“Data science” can mean many things to many people. Some people believe that data scientists are computer programmers; some think data science is deeply mathematical and statistics-based; and some believe data scientists are researchers who test hypotheses and implement change.
All of these beliefs are correct because data scientists wear many hats. At GovEx, we use data science tools to address and pose solutions to civic-minded issues – we call this work advanced analytics. Advanced analytics projects are led by our data scientists who are passionate about using advanced analytics concepts to drive policy and service change in cities.

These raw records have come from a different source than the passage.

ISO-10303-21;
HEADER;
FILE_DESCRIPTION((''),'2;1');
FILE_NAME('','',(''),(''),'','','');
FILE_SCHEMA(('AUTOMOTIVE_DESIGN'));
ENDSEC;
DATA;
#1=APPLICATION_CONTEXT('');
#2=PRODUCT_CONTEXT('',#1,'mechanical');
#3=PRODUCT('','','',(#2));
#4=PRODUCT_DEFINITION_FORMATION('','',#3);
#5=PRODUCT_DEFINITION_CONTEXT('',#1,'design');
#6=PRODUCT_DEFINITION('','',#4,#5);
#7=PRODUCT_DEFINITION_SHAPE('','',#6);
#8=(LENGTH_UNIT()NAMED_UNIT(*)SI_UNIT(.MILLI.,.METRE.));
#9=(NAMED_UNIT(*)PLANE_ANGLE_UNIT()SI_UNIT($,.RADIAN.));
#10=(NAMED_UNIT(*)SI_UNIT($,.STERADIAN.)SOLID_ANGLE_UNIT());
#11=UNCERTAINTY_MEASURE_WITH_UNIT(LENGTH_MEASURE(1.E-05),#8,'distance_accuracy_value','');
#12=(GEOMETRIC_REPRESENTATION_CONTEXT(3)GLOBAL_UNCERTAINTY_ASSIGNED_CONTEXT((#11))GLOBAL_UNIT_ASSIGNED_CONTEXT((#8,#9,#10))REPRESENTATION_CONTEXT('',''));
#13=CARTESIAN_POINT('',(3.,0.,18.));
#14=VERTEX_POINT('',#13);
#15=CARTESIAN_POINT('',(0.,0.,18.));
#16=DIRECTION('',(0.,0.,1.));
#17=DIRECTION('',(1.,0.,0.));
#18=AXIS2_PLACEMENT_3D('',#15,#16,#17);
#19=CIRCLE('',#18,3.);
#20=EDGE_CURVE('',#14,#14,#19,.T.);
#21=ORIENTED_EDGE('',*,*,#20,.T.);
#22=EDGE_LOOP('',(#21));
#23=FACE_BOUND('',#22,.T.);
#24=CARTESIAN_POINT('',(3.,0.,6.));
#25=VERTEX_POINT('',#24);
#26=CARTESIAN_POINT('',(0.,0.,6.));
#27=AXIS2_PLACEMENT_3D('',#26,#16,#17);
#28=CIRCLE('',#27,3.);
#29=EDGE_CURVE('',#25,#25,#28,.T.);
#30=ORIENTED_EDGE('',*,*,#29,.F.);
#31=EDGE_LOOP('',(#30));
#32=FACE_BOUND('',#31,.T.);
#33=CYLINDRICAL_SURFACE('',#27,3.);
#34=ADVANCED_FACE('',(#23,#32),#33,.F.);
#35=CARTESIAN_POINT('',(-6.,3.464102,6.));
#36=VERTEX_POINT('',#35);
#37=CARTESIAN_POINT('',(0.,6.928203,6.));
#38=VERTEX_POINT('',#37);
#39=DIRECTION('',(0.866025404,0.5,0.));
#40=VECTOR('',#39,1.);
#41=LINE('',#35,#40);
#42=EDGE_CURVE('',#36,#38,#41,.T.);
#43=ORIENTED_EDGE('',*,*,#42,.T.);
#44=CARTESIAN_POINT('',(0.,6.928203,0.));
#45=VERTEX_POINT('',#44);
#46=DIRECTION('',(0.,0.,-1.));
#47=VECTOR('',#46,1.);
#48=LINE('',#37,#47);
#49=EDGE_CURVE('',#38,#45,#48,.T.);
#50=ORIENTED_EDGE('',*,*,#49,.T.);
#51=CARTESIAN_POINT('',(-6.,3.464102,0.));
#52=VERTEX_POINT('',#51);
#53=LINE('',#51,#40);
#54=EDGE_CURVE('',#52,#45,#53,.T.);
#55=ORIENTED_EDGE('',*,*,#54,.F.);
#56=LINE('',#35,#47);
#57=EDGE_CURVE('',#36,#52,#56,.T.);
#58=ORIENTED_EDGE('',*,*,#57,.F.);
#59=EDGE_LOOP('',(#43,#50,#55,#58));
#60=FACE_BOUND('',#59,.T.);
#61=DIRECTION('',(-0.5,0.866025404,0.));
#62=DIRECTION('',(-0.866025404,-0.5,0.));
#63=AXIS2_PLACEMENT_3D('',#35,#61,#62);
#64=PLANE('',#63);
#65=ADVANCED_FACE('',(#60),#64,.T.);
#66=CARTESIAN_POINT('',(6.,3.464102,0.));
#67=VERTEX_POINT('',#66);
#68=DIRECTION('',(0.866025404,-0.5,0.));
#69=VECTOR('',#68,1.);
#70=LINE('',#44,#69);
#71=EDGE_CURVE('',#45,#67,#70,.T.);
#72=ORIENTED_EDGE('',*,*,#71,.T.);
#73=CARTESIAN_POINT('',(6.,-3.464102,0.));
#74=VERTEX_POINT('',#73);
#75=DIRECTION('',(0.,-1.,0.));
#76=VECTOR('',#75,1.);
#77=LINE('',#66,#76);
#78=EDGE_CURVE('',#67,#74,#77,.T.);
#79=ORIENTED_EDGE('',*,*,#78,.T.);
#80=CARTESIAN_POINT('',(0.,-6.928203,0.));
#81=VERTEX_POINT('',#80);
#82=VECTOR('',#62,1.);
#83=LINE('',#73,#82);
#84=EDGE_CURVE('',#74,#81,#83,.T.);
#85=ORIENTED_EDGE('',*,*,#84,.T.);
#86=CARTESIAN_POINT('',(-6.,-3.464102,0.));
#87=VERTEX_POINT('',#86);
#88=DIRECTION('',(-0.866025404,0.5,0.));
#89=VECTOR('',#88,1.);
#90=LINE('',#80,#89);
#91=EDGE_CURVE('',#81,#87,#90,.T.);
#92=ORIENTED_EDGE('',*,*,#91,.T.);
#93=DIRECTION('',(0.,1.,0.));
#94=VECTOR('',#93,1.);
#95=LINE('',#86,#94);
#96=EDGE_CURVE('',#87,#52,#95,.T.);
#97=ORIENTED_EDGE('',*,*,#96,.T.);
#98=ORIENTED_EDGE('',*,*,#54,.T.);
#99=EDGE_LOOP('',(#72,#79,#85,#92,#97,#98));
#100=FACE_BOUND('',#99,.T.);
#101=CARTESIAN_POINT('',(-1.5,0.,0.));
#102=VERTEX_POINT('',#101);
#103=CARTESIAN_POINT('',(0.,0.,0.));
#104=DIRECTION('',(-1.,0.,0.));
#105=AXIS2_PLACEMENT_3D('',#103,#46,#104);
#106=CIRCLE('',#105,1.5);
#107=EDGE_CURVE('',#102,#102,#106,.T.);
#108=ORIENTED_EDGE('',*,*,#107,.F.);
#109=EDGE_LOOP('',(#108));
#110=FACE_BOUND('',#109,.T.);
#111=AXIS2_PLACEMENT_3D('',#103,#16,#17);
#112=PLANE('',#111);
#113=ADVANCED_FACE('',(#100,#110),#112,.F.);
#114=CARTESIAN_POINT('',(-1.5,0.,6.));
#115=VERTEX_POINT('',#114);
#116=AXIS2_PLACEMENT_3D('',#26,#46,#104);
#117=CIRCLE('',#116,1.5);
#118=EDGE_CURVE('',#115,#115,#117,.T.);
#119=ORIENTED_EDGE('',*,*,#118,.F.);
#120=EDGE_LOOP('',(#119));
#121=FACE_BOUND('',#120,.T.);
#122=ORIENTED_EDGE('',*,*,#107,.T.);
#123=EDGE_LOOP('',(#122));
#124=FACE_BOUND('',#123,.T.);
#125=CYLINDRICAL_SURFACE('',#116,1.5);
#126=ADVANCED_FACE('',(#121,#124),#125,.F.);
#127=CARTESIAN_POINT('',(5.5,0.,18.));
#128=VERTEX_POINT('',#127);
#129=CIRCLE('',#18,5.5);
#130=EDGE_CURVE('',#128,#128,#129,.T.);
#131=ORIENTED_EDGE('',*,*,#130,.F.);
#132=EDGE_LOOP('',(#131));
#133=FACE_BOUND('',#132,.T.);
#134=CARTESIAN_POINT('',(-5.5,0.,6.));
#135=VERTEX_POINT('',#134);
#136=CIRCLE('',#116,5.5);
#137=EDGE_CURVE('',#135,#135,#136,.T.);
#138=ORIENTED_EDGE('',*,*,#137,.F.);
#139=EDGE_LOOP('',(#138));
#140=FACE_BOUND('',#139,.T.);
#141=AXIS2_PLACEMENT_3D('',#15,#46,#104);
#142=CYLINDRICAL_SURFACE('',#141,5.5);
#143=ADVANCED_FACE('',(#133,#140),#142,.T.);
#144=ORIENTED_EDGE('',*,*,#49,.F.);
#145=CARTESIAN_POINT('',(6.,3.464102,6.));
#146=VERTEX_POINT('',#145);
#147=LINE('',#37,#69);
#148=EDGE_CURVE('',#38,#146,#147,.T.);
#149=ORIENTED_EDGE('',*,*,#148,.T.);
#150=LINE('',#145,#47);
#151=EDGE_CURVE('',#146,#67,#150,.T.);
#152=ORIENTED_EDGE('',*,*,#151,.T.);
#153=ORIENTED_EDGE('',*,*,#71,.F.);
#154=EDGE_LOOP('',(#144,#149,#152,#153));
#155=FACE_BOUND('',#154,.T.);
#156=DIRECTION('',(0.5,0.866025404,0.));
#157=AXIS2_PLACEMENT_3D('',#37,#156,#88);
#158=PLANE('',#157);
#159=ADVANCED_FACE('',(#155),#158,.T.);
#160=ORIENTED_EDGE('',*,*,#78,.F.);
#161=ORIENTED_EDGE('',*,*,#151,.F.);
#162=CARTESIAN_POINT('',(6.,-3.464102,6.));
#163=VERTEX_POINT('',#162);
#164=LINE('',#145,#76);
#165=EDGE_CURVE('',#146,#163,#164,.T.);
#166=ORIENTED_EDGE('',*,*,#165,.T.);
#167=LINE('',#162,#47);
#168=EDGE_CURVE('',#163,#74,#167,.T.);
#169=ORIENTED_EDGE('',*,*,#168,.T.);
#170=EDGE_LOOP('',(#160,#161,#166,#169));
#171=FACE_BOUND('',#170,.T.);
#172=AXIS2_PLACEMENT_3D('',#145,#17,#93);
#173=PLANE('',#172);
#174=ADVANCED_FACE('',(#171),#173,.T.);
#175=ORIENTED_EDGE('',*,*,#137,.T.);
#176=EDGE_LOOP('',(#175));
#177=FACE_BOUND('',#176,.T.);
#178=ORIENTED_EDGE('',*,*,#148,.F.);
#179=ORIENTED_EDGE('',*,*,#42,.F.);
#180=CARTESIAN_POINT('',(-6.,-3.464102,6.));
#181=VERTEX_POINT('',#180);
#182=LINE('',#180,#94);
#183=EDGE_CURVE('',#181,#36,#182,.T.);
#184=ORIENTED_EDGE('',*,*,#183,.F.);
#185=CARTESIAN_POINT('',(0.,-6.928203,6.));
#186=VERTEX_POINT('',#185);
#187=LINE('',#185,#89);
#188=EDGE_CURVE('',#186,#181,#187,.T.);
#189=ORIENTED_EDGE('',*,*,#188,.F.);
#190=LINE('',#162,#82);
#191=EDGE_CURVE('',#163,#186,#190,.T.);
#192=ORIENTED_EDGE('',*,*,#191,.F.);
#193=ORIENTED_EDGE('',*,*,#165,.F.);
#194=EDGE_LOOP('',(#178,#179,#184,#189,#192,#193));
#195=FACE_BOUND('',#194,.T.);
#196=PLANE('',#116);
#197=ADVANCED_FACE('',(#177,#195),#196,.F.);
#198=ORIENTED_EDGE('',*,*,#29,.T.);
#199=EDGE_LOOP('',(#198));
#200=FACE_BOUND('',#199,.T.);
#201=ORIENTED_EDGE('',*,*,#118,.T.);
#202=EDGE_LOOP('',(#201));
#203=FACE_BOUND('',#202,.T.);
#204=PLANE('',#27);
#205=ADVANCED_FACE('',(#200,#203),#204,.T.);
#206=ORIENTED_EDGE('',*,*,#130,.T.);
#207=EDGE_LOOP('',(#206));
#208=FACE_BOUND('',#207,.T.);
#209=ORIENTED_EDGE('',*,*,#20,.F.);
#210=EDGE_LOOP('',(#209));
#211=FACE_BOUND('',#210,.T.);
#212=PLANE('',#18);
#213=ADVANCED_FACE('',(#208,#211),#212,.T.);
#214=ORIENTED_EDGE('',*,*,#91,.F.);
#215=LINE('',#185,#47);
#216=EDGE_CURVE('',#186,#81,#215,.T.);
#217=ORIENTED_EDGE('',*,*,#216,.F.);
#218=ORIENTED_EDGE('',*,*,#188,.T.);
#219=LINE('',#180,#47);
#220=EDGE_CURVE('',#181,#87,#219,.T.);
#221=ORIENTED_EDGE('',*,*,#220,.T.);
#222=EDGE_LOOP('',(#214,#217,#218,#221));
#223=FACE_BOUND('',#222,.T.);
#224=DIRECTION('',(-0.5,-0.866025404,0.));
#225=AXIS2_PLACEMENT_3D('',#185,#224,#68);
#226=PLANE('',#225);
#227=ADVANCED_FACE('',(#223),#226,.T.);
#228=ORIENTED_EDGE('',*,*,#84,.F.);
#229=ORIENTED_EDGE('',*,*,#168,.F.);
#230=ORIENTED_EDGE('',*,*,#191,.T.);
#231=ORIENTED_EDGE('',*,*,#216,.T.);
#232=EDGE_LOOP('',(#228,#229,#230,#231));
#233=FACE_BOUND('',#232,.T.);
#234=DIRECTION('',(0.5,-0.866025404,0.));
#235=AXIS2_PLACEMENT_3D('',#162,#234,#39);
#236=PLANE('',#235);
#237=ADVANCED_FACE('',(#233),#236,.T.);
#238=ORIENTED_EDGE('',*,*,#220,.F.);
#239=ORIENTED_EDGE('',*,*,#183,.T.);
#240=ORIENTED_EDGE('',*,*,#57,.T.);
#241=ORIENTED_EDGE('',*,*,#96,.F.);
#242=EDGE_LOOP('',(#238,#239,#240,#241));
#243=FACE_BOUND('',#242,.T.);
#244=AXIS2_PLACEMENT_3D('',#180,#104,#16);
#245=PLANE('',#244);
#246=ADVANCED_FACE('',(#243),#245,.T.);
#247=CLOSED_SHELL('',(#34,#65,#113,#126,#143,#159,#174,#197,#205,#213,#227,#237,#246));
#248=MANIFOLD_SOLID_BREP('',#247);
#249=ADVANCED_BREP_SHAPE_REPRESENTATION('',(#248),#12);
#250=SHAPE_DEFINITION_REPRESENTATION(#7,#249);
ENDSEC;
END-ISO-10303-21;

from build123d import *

# Parameters (mm, degrees)
CROQUIS2_R              = 5.5
SALIENTE_EXTRUIR1_DEPTH = 18
SALIENTE_EXTRUIR2_DEPTH = 6
CROQUIS4_R              = 3
CORTAR_EXTRUIR1_DEPTH   = 12
CROQUIS5_R              = 1.5
CORTAR_EXTRUIR2_DEPTH   = 6


with BuildPart() as part:
    # Croquis2 → Saliente-Extruir1 (new body)
    with BuildSketch(Plane.XY):
        Circle(CROQUIS2_R)
    extrude(amount=SALIENTE_EXTRUIR1_DEPTH)

    # Croquis3 → Saliente-Extruir2 (add)
    with BuildSketch(Plane(origin=(0, 0, 0), x_dir=(-1, 0, 0), z_dir=(0, 0, -1))):
        Polygon((0, 6.92820323), (-6, 3.464101615), (-6, -3.464101615), (0, -6.92820323), (6, -3.464101615), (6, 3.464101615), align=None)
    extrude(amount=-SALIENTE_EXTRUIR2_DEPTH)

    # Croquis4 → Cortar-Extruir1 (cut)
    with BuildSketch(Plane.XY.offset(18)):
        Circle(CROQUIS4_R)
    extrude(amount=-CORTAR_EXTRUIR1_DEPTH, mode=Mode.SUBTRACT)

    # Croquis5 → Cortar-Extruir2 (cut)
    with BuildSketch(Plane(origin=(0, 0, 0), x_dir=(-1, 0, 0), z_dir=(0, 0, -1))):
        Circle(CROQUIS5_R)
    extrude(amount=-CORTAR_EXTRUIR2_DEPTH, mode=Mode.SUBTRACT)


solid = part.part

GovEx recently wrapped up an advanced analytics project in Syracuse, New York where we ultimately presented the city with a model that evaluates differences between actual and predicted housing sale prices. Over the course of the project, the team met virtually each week, cleaned and merged data, and produced visualizations, recommendations, and deep insights. We capped off the project with a predictive machine learning model.

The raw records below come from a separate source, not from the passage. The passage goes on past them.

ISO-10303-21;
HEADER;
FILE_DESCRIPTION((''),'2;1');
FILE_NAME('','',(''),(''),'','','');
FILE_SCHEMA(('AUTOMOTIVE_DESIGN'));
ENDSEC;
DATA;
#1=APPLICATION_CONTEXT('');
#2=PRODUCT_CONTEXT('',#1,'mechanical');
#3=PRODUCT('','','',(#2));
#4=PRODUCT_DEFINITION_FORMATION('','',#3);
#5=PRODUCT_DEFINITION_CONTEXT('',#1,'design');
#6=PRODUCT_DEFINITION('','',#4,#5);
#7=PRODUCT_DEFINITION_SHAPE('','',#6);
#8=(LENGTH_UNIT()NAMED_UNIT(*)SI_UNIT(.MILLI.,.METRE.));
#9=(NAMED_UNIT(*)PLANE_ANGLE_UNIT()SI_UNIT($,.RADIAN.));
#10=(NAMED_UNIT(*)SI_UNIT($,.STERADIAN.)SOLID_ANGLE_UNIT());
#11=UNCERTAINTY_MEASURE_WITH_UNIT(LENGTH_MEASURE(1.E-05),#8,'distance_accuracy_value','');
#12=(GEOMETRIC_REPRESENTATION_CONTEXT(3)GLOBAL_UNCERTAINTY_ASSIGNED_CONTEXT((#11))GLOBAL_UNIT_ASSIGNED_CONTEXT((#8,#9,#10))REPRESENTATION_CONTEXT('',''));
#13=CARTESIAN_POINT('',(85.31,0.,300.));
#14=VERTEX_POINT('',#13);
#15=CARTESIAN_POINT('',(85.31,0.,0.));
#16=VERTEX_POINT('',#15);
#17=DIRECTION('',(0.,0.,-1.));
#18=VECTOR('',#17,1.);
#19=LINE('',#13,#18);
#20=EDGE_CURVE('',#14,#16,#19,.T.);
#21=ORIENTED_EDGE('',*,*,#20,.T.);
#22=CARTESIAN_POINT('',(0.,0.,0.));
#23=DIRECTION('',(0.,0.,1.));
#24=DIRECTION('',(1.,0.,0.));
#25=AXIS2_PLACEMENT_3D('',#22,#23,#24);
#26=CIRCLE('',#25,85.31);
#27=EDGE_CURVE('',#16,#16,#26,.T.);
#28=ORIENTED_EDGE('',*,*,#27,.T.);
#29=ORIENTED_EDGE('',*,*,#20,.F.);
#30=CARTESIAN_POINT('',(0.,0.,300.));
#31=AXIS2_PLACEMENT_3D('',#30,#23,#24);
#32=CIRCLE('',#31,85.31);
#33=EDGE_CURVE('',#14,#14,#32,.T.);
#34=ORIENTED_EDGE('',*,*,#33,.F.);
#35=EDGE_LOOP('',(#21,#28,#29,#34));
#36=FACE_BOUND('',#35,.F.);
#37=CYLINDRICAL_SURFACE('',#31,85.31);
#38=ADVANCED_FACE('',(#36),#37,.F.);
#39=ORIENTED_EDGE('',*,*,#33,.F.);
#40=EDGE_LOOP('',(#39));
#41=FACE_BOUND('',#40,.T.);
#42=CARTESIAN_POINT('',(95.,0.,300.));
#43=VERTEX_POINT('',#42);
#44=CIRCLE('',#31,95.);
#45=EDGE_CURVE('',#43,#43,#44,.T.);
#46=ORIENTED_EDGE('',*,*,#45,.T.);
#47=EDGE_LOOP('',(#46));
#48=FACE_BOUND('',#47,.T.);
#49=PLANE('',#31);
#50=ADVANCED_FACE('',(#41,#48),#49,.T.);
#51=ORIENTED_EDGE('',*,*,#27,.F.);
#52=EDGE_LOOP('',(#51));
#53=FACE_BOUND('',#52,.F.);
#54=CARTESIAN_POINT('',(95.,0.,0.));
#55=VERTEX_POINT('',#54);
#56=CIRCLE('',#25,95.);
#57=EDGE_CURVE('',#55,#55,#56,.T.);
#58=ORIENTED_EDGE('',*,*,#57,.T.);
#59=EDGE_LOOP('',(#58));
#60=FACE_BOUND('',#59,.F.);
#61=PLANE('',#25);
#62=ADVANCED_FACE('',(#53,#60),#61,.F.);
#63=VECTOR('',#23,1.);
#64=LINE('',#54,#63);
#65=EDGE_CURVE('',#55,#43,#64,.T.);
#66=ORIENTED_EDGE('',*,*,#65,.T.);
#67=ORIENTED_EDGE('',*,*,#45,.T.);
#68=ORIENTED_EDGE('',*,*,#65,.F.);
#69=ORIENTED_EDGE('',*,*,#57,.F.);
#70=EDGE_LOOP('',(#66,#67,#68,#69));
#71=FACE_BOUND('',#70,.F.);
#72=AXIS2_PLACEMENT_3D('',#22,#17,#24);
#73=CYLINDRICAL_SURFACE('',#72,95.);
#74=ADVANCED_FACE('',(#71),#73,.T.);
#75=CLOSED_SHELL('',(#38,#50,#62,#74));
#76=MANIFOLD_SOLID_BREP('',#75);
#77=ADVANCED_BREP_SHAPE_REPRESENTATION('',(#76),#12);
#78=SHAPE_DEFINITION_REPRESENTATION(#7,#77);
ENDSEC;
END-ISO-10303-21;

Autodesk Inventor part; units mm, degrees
ref_plane "YZ Plane" through (0, 0, 0) normal (1, 0, 0) x (0, 1, 0)
ref_plane "XZ Plane" through (0, 0, 0) normal (0, 1, 0) x (-1, 0, 0)
ref_plane "XY Plane" through (0, 0, 0) normal (0, 0, 1) x (1, 0, 0)
sketch "Boceto1" plane through (0, 0, 0) normal (0, 0, 1) x (1, 0, 0)
  circle A0 centre (0, 0) radius 95
  dimension "d0" = 190
extrude "Extrusión1" add sketch "Boceto1" along normal blind 300
sketch "Boceto3" plane through (0, 0, 300) normal (0, 0, 1) x (1, 0, 0)
  circle A0 centre (0, 0) radius 85.31
  dimension "d6" = 170.62
extrude "Extrusión3" cut sketch "Boceto3" against normal blind 3000
properties part number "Tubo de filtro"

Here are four key tenets of structuring advanced analytics projects and teams that the GovEx team believes are crucial:
Gather a robust team of problem solvers who want to learn
Ensure that your team is well-rounded in thought, skill, and that members of your team are adept with problem solving. When an issue pops up, as it likely will – this is data science – you need your team to be able to tackle the issue and move forward. But, perhaps the most important quality that your data science team members need is a willingness to learn. To work on this type of project, we encourage a can-do attitude, willingness to learn as you go, and the ability to ask questions when necessary. While data science topics can seem quite complex at first, anything can be learned over time.
Remain thoughtful and curious about your data
GovEx spent many months working with Syracuse to learn the data, test for data quality, discuss novel patterns within the data and merge datasets. This step in the applied analytics process, although lengthy, was crucial because it allowed us to establish an understanding of pertinent background information. Without all of the knowledge that we gained from those conversations, the analysis might not have been successful due to lack of clarity around variables.
Parse out clear tasks and a timeline, but try to maintain some flexibility
While there may be some clear, distinct tasks that you are interested in completing, the road toward completing those tasks may twist and turn more than you had expected.
Be prepared to do things again, and again. And then, maybe, again
Data science projects are often cyclical, meaning that iterations of one or more parts of the project are common. During the Syracuse project, in order to really know whether or not our analysis was accurate, we needed to run multiple tests, create different versions of machine learning models and double-check the math behind our work. We did this because we wanted to ensure that the product we were providing was as strong as possible, we wanted to improve the accuracy rate of our model, and we wanted to check for understanding. We recommend that when you are structuring a data science project, you allow some time for repetition.